++++ TASK DATA

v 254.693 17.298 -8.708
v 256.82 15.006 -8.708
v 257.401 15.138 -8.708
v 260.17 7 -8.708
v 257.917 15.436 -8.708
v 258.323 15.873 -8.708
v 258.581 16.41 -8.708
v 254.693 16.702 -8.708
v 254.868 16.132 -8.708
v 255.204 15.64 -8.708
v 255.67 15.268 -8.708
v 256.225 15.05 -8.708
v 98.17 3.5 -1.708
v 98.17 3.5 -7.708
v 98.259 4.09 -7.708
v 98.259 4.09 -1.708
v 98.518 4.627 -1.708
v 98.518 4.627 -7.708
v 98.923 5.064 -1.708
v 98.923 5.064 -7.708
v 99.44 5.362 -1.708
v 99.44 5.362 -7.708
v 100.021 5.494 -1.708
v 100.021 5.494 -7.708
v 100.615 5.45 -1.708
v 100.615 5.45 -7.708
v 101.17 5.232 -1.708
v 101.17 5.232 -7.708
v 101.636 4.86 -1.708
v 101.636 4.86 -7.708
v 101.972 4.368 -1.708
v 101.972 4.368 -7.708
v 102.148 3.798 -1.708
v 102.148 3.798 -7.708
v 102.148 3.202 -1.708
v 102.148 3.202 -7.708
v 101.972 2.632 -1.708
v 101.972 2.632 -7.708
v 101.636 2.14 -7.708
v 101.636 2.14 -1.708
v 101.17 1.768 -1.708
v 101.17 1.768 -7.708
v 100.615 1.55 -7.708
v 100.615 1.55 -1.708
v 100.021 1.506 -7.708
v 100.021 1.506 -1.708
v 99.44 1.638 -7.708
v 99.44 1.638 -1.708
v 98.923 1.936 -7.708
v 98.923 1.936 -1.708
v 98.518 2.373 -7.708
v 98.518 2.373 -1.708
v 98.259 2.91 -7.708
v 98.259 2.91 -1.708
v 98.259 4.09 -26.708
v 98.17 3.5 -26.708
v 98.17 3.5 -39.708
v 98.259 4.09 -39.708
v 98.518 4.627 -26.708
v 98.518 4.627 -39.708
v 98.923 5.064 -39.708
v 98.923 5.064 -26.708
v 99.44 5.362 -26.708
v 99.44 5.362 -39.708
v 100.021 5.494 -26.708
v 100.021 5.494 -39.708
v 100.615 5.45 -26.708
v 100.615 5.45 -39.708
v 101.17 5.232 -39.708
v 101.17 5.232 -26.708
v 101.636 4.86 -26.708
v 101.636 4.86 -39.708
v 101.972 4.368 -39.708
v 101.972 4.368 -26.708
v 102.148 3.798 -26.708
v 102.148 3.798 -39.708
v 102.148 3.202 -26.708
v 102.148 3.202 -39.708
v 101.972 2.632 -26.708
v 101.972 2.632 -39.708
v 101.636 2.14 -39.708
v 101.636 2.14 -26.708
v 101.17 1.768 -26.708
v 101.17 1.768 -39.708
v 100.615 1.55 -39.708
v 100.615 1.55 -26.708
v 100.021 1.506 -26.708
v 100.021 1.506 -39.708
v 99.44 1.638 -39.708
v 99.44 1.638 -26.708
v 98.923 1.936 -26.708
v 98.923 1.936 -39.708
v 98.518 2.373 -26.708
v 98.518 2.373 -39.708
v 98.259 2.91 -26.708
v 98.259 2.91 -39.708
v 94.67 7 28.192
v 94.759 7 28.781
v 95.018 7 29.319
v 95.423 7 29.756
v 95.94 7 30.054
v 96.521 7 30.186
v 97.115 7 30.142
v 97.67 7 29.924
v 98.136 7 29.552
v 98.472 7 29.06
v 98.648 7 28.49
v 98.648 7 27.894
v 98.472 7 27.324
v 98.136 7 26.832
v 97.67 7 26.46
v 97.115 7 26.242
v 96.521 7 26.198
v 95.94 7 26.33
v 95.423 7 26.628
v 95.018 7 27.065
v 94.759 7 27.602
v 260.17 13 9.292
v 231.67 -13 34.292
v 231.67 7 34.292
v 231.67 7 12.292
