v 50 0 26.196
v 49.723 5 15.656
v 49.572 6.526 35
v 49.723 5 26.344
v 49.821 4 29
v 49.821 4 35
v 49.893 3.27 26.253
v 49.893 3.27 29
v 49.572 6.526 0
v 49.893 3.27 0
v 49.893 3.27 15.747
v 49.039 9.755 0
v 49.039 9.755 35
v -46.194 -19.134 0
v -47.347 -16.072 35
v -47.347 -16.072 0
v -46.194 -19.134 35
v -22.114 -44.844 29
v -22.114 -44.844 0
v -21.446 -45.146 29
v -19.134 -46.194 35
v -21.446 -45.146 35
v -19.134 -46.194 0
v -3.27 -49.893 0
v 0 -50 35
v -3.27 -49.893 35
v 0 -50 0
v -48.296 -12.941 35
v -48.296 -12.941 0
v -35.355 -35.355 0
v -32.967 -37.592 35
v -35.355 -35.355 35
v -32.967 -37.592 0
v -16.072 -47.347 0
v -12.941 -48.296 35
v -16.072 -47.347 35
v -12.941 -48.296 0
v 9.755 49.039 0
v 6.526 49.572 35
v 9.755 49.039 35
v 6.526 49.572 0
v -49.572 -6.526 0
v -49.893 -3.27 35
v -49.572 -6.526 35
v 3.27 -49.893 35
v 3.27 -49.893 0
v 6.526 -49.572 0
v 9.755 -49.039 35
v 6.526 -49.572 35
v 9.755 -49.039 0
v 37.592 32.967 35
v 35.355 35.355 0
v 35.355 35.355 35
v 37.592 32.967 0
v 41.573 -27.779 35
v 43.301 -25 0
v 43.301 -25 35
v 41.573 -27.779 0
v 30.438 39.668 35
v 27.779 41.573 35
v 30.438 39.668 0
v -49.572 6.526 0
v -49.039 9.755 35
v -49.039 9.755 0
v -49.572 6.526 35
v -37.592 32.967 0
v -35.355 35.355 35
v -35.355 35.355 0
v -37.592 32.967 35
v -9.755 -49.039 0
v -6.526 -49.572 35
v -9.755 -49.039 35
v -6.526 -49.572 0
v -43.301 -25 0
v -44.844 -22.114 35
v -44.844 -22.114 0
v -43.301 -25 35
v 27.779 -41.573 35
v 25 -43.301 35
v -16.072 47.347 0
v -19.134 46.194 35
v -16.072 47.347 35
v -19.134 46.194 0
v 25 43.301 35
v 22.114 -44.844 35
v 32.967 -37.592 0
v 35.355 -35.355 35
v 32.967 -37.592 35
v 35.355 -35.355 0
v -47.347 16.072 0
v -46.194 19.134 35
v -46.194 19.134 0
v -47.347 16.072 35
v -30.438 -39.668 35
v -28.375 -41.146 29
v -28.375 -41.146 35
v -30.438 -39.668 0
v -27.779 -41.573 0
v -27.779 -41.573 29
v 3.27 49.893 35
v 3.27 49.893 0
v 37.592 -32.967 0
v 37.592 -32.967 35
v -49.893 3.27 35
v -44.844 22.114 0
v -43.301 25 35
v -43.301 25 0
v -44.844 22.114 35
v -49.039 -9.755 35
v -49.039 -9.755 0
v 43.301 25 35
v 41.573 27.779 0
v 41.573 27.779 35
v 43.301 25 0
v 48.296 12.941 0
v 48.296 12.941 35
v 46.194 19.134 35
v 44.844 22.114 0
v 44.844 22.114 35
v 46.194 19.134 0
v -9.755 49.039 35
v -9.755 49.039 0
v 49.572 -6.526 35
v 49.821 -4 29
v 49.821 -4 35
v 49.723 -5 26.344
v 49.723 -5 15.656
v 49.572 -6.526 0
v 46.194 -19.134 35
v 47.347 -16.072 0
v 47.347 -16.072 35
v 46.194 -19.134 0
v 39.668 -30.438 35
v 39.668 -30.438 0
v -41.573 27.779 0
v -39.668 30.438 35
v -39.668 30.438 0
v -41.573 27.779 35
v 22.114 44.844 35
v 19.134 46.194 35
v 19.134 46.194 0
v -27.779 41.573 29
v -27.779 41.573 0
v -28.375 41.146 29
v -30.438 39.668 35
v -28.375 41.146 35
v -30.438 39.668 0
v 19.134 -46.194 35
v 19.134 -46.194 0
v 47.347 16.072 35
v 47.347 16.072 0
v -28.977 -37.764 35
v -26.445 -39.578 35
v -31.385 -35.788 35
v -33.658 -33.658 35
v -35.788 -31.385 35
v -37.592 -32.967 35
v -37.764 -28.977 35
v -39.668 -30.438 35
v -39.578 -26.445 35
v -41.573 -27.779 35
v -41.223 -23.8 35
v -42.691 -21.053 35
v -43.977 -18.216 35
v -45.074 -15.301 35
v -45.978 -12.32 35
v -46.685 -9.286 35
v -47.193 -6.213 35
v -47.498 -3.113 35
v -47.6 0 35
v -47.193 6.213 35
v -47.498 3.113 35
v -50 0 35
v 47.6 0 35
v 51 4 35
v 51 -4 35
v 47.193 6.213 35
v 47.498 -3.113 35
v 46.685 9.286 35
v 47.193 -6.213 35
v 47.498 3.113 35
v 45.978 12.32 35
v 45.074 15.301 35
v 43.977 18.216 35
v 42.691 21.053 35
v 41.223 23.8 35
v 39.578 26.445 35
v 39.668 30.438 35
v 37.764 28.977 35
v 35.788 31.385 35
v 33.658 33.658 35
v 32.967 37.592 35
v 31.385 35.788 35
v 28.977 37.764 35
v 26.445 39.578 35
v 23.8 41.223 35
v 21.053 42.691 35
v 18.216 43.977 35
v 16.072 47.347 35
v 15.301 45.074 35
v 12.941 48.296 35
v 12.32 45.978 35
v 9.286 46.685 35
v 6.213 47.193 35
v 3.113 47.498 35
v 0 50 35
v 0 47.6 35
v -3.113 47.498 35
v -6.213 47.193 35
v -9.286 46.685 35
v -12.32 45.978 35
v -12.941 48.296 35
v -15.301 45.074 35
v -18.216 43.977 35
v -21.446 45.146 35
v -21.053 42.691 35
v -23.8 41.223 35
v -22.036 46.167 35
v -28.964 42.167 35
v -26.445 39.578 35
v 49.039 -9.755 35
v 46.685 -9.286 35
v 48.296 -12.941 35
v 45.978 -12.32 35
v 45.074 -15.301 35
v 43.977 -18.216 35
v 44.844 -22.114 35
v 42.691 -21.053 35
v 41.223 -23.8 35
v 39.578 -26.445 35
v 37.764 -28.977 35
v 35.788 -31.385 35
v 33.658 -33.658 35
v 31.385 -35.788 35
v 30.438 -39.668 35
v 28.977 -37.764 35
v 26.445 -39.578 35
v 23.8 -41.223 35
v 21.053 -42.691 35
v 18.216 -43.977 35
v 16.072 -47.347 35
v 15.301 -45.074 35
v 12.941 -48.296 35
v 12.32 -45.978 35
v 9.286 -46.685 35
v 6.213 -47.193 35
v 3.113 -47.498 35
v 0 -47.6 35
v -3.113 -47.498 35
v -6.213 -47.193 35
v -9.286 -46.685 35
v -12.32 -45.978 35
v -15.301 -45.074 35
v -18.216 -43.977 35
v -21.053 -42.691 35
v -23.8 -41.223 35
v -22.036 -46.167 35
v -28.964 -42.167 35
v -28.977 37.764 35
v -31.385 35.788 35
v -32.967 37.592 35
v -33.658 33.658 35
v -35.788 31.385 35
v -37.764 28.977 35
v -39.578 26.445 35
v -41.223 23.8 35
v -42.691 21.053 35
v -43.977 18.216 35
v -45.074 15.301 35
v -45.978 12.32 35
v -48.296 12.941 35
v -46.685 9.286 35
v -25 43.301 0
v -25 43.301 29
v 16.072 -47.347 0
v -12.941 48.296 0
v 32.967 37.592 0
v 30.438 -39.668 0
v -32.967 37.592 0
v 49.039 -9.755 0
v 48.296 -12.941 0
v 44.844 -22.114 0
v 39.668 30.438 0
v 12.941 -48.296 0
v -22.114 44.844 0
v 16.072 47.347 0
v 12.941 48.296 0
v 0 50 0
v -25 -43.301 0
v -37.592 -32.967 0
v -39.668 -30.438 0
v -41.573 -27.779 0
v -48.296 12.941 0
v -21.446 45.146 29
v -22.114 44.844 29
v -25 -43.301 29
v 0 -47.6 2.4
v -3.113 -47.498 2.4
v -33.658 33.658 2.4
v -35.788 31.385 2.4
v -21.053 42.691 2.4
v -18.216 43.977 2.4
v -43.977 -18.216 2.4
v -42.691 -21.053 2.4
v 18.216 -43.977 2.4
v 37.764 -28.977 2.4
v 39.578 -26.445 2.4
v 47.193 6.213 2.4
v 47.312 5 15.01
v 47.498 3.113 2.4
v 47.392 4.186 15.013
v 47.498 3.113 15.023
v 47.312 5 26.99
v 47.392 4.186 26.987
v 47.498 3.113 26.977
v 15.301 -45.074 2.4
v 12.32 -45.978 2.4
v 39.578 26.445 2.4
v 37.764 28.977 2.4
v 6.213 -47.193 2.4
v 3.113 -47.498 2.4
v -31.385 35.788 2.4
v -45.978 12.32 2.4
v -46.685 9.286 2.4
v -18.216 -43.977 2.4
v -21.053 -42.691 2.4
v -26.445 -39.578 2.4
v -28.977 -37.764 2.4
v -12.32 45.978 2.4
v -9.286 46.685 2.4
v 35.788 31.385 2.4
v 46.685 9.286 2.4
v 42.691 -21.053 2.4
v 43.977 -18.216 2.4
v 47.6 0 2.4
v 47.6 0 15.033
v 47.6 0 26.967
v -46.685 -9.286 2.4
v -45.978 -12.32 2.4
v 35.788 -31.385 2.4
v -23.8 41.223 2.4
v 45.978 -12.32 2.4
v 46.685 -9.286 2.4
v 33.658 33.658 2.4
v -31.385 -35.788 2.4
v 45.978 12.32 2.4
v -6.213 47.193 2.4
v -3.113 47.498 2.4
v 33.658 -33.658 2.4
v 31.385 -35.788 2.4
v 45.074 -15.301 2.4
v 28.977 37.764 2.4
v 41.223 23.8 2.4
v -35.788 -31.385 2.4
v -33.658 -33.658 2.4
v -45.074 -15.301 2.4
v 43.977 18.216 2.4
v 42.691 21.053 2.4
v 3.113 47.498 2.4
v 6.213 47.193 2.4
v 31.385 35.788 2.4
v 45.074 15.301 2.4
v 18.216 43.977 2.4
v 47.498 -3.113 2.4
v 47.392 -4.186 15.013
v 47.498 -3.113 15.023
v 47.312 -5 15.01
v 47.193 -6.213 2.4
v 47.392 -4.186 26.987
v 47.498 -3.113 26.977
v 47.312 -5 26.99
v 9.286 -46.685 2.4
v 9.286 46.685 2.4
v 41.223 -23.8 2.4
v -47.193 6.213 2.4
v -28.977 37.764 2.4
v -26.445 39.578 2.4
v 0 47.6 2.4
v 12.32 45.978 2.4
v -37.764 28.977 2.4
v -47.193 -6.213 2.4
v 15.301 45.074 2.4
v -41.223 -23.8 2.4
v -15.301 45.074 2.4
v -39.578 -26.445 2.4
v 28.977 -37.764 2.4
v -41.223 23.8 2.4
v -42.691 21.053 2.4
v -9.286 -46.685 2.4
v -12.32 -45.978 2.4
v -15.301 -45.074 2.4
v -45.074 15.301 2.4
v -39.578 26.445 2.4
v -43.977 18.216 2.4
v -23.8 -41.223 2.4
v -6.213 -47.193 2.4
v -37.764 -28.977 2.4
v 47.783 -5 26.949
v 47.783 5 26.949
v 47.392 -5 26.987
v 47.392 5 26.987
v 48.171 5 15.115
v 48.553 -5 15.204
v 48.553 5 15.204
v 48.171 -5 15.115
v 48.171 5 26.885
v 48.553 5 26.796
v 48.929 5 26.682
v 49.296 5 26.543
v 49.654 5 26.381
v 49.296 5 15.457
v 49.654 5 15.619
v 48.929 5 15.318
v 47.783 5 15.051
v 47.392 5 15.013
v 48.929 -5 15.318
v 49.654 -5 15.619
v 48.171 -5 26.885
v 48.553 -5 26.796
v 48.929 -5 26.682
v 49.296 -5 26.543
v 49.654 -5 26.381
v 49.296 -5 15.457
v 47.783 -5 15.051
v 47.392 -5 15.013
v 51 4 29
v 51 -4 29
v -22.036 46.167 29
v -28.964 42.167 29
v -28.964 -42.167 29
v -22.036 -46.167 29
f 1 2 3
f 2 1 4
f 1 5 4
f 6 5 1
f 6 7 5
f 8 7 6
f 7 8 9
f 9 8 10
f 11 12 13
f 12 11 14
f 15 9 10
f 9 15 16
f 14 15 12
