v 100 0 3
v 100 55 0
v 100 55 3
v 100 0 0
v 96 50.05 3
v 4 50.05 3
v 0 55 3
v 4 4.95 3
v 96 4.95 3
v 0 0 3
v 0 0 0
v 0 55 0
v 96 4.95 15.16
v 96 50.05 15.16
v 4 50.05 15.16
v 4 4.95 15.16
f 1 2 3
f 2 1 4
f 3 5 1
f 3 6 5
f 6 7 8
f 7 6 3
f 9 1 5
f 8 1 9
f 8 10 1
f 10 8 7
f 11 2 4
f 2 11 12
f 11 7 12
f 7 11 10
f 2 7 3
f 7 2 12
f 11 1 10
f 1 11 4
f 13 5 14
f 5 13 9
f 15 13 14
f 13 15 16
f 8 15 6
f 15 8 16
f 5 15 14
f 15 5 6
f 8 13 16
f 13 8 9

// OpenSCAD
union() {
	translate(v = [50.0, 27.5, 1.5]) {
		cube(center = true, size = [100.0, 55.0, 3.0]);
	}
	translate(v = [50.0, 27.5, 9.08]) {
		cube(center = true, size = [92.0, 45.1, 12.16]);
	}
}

++++++++

In the material above, locate the line containing "v 12.32 -45.978 35" and the line containing "v 30.438 -39.668 0". Transcribe exactly those two lines and every line between them, and nothing more.

-- WRITTEN SOLUTION --
v 12.32 -45.978 35
v 9.286 -46.685 35
v 6.213 -47.193 35
v 3.113 -47.498 35
v 0 -47.6 35
v -3.113 -47.498 35
v -6.213 -47.193 35
v -9.286 -46.685 35
v -12.32 -45.978 35
v -15.301 -45.074 35
v -18.216 -43.977 35
v -21.053 -42.691 35
v -23.8 -41.223 35
v -22.036 -46.167 35
v -28.964 -42.167 35
v -28.977 37.764 35
v -31.385 35.788 35
v -32.967 37.592 35
v -33.658 33.658 35
v -35.788 31.385 35
v -37.764 28.977 35
v -39.578 26.445 35
v -41.223 23.8 35
v -42.691 21.053 35
v -43.977 18.216 35
v -45.074 15.301 35
v -45.978 12.32 35
v -48.296 12.941 35
v -46.685 9.286 35
v -25 43.301 0
v -25 43.301 29
v 16.072 -47.347 0
v -12.941 48.296 0
v 32.967 37.592 0
v 30.438 -39.668 0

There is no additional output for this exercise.